Marketing analytics: how to overcome the tech bottleneck

Remember the days when marketing was a calm, cool environment where a good set of customer analytics would tide you over for a month’s worth of strategic, data-driven decisions?

Yeah, neither do I.

Today customer behaviors, preferences, and attitudes can change at the speed of light, and marketing teams need to move — and pivot — no less quickly. The good news is, in this era of big data marketing, there’s no shortage of data to inform and guide those day-to-day (or hour-by-hour) decisions. The less-good news is that most marketing teams don’t have dedicated data scientists and data engineers. They must often rely on their overburdened, backlogged colleagues in IT to spin that data into actionable information and deliver it in a usable format … and wait for it.

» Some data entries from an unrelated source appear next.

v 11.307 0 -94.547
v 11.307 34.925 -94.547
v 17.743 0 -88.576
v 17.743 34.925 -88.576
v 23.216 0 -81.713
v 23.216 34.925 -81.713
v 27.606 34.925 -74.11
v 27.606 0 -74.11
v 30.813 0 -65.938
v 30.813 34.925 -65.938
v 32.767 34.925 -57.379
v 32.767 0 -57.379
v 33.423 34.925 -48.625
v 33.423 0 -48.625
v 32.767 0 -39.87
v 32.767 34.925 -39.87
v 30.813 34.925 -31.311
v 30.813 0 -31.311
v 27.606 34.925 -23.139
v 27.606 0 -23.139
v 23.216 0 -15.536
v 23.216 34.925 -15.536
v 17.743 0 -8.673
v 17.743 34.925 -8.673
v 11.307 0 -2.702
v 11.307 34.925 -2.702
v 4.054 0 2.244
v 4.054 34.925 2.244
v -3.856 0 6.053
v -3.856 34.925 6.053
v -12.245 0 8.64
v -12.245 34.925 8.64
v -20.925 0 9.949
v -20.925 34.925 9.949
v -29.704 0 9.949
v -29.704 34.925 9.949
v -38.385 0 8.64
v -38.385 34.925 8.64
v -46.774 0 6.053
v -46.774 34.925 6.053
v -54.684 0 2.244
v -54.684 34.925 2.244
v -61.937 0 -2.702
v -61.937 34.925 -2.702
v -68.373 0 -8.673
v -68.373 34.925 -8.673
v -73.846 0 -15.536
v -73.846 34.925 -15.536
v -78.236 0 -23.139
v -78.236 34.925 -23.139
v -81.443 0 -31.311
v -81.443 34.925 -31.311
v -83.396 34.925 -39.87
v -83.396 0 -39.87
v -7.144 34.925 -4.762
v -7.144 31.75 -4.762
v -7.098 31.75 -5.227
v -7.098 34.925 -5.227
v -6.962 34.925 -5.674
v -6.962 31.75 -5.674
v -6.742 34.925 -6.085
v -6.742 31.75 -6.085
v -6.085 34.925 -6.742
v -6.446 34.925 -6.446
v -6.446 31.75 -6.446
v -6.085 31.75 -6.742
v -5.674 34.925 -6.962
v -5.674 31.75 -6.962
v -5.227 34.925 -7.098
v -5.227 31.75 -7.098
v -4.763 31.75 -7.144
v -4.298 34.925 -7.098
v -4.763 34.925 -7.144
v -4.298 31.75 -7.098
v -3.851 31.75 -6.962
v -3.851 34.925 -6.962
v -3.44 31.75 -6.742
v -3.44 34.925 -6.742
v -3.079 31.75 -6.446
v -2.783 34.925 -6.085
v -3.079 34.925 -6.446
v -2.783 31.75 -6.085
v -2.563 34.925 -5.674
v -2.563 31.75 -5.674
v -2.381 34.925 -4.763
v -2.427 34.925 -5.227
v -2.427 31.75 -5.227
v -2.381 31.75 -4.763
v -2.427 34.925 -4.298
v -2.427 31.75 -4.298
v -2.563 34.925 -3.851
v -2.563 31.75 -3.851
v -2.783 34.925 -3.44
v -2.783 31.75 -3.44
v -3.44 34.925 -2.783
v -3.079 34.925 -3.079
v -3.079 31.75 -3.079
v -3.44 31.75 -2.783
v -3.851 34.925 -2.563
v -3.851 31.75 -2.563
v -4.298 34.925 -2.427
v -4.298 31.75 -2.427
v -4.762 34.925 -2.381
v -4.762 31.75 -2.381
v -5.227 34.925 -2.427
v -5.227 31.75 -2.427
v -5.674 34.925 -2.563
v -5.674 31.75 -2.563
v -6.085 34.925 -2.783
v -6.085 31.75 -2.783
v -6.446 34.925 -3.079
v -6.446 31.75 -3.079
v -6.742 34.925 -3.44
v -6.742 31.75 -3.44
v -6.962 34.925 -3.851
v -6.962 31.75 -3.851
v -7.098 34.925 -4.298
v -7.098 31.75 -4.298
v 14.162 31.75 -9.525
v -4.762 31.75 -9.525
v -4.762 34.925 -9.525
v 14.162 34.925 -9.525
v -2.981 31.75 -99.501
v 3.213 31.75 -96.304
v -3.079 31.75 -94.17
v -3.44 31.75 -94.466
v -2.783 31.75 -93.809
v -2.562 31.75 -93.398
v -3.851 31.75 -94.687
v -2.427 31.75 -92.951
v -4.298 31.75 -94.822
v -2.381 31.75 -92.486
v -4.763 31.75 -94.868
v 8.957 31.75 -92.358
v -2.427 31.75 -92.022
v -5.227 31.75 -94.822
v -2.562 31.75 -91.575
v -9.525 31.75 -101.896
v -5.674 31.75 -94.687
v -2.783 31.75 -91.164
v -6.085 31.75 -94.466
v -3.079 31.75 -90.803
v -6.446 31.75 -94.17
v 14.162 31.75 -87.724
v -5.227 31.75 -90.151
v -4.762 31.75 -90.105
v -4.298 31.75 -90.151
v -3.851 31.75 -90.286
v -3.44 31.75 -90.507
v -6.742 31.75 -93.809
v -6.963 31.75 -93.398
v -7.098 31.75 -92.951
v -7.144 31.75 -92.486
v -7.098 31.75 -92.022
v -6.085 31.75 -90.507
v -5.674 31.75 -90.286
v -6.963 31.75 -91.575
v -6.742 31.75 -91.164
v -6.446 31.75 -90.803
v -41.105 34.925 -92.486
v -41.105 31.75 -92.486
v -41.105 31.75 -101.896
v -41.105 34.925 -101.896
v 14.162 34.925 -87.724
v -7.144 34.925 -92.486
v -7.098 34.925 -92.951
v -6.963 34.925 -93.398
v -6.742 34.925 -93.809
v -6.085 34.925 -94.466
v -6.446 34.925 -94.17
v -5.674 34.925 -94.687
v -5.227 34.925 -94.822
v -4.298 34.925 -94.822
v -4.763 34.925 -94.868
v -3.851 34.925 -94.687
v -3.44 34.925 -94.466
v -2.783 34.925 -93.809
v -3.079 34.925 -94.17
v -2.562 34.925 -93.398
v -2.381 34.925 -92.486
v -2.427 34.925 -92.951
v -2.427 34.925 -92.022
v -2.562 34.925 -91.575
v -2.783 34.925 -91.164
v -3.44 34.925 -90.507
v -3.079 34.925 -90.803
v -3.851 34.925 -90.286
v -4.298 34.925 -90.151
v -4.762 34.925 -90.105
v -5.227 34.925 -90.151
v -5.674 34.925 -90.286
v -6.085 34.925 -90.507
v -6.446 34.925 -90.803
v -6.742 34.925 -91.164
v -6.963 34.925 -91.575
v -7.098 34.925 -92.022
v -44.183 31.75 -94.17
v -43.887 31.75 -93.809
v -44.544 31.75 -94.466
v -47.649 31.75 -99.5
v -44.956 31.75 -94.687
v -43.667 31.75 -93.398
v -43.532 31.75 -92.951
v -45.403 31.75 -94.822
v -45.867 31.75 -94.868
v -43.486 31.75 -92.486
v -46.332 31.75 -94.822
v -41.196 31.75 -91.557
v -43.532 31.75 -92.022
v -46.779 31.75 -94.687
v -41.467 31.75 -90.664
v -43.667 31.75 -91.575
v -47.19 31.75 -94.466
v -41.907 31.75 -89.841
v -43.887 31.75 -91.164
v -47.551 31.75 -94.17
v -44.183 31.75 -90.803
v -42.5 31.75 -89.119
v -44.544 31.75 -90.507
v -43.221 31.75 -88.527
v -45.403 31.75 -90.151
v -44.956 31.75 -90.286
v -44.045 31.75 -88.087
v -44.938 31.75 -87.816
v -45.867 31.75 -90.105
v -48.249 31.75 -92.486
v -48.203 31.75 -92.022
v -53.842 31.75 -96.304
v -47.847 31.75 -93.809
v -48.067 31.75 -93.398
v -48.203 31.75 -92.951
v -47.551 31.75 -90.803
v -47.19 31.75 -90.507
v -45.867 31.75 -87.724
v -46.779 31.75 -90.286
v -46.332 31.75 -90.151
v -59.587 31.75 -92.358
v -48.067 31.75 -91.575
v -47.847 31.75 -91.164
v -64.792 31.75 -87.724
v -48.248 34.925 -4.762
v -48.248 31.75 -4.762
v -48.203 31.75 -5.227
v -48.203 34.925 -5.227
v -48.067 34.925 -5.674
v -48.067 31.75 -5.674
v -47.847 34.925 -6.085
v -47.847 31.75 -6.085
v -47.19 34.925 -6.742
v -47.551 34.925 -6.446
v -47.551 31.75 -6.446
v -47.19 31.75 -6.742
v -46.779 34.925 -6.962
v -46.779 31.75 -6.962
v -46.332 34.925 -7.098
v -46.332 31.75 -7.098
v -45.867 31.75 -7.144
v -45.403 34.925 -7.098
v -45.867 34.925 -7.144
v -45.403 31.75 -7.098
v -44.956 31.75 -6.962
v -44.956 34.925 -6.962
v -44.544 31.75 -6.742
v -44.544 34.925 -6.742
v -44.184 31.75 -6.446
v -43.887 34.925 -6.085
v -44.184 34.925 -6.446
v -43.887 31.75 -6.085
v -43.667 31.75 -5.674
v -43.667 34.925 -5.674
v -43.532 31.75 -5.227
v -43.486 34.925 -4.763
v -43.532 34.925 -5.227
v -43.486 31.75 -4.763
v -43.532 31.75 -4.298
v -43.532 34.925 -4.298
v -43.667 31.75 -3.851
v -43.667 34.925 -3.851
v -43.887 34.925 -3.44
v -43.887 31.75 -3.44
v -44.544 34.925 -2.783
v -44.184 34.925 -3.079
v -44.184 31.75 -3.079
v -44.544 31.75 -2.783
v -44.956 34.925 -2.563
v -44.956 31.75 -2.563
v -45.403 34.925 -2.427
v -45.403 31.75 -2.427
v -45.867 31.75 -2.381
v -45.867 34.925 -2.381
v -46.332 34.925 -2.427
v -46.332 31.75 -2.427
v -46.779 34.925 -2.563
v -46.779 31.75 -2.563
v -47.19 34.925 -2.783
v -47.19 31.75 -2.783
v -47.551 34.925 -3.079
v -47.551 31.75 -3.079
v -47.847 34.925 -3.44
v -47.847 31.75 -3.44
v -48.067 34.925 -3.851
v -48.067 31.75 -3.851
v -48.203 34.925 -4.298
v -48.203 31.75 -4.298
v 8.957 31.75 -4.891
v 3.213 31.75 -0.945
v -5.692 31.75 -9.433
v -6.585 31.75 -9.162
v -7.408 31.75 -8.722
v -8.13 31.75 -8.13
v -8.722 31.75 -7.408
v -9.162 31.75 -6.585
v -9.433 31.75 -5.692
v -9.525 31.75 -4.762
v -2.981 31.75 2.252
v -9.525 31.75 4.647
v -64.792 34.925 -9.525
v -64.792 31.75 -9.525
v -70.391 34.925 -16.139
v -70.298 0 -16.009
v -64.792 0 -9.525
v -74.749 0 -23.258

It’s a conundrum that plagues organizations across industries, and fortunately, there is a solution. When we work with clients to empower their marketing teams with the data tools they need to be more agile, we focus on three facets: improving the data structure, creating a standard reporting system, and building a nimble, scalable framework.

1. Improve the data structure

When we work with clients, we focus on two key deliverables at this juncture:

  • Stage the reporting data: Make sure the data is structured to be used effectively by the analytics reporting system.
  • Ensure accessibility: Integrate the analytics platform to ensure automatic flow of data when and where it’s needed.

2. Create standard reporting

The ideal reporting tool will spin the latest marketing data into action-oriented insights that enable more strategic business decisions. For example, the following dashboard could guide a marketing team’s next steps in optimizing their commercial website for maximum traffic:

3. Build a nimble, scalable framework

• Multivariate testing allows marketers to test the results when certain variables are changed, such as the layout of a landing page.

• Cohort analysis enables the team to track the behaviors of a specific set of users (e.g. long-term customers) over specific periods of time to determine which approaches resonate best with them.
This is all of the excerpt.